→ EXERCISE BRIEF
Each line of the records containing "Plane" is to be copied out and returned.

[RECORD EXTRACTS]

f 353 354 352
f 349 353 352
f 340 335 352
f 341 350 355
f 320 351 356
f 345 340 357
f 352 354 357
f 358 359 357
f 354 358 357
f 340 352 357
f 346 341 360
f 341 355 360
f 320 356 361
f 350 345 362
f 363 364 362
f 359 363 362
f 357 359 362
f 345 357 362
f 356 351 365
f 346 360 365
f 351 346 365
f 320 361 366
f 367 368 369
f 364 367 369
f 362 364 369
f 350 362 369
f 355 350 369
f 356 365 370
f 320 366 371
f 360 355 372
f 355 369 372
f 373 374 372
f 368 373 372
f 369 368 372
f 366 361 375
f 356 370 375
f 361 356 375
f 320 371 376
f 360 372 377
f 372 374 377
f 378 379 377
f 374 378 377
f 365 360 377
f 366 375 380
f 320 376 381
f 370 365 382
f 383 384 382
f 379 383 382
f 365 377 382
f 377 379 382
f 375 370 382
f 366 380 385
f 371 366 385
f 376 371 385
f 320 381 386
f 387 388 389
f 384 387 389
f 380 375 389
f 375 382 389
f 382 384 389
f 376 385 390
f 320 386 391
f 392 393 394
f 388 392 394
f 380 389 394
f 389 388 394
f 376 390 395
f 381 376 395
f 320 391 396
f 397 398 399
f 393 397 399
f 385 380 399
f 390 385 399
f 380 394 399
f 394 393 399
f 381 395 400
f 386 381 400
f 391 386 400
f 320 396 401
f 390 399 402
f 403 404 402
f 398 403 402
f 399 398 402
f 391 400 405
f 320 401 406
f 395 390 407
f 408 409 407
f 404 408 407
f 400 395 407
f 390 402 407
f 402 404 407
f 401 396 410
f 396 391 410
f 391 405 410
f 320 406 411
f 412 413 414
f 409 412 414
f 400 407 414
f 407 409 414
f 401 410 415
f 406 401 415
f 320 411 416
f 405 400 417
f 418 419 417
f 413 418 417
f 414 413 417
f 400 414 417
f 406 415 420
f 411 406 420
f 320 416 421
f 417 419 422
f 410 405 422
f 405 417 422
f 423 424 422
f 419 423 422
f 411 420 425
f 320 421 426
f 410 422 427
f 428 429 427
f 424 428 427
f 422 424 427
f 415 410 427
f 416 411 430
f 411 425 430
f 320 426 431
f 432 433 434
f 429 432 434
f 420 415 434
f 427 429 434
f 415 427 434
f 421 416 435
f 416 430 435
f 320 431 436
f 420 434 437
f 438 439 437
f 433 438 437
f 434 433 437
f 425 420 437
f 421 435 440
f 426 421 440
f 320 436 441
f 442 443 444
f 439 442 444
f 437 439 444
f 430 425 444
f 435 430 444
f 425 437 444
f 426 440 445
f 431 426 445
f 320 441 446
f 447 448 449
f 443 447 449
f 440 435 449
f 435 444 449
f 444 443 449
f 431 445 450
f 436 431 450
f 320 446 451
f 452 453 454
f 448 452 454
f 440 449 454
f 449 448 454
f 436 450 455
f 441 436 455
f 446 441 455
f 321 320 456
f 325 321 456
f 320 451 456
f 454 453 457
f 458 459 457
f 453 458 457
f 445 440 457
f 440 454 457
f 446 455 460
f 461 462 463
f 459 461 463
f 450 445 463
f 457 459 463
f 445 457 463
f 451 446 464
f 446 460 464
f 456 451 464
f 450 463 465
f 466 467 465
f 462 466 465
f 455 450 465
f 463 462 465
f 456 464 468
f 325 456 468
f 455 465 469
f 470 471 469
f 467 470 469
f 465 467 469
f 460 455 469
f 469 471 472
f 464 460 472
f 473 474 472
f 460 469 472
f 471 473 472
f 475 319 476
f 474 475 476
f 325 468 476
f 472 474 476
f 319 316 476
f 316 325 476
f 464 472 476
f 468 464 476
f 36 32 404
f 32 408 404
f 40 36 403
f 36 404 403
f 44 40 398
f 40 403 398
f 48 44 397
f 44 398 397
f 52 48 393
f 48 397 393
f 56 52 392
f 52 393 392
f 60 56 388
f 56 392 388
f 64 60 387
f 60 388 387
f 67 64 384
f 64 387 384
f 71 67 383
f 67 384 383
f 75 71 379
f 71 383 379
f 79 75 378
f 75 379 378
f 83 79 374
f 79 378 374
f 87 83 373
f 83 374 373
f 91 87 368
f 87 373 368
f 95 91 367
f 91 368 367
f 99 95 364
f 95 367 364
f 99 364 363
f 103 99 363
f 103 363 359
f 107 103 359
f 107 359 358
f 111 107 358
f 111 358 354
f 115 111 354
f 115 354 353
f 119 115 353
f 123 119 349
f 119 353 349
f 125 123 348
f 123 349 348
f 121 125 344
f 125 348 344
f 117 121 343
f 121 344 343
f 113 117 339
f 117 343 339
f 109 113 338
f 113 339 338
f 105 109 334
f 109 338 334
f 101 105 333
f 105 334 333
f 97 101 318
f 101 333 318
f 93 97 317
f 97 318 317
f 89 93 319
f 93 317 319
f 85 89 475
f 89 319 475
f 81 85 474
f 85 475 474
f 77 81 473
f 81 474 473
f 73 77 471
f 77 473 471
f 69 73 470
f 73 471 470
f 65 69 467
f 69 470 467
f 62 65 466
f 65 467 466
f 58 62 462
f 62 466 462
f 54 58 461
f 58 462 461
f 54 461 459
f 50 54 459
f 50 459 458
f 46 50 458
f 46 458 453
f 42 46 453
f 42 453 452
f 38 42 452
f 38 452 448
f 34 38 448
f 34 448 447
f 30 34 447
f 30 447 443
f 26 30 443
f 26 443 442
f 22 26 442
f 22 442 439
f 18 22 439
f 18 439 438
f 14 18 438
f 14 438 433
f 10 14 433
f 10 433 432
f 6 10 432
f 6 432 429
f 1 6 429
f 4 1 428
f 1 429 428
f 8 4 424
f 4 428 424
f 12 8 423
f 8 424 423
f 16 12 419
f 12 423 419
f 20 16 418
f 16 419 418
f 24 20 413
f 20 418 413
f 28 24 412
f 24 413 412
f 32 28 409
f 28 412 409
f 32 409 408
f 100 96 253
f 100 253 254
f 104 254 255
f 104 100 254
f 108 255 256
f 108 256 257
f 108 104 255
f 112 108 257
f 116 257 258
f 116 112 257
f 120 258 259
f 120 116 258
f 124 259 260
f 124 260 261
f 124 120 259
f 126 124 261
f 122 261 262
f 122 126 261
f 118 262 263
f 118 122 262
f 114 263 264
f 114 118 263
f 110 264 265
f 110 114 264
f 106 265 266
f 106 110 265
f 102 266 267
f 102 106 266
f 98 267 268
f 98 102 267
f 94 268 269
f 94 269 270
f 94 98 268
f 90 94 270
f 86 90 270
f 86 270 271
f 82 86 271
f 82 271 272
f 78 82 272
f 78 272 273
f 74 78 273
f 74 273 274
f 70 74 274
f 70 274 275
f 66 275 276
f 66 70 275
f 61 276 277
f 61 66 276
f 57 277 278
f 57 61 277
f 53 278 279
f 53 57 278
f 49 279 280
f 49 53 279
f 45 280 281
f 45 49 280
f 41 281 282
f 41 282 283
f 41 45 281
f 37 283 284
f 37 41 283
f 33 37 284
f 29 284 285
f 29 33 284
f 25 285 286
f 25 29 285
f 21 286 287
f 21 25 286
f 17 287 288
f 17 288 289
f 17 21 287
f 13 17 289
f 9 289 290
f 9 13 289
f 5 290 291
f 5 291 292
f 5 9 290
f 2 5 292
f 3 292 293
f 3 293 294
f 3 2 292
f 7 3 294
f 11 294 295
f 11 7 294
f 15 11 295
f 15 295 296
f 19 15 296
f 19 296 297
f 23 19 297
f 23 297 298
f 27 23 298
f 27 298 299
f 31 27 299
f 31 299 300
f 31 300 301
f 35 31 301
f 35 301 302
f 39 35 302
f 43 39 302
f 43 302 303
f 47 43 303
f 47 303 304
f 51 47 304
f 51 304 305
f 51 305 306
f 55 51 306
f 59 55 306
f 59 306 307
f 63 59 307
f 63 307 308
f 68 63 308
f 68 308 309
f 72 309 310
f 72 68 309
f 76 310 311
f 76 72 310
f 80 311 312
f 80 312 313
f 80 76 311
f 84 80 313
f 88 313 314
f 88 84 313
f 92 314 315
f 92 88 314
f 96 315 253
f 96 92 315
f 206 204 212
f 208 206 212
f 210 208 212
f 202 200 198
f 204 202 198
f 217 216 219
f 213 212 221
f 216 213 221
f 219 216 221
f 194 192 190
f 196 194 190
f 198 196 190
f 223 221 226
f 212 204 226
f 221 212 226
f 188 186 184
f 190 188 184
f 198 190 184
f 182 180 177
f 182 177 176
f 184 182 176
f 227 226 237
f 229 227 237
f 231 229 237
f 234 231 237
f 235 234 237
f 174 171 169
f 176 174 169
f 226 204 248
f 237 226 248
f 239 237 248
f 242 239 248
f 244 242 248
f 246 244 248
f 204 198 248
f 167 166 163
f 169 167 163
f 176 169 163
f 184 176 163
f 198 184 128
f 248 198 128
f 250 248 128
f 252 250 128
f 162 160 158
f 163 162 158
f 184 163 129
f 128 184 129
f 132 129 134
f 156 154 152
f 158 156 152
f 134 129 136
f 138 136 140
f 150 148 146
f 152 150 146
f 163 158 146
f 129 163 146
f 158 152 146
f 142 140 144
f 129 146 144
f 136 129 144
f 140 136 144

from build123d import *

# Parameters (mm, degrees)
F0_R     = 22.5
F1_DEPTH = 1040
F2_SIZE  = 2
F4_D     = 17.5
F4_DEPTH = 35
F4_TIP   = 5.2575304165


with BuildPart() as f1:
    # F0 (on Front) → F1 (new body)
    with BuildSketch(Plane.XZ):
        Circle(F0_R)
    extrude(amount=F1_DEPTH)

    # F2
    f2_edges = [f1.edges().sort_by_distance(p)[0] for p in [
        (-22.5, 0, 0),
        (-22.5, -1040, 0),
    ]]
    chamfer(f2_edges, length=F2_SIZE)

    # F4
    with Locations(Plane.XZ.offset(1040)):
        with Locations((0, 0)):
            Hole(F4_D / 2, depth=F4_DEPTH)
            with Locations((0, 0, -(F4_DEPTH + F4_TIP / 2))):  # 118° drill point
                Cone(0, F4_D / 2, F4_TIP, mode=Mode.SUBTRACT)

[/RECORD EXTRACTS]

→ EXPECTED OUTPUT
    with BuildSketch(Plane.XZ):
    with Locations(Plane.XZ.offset(1040)):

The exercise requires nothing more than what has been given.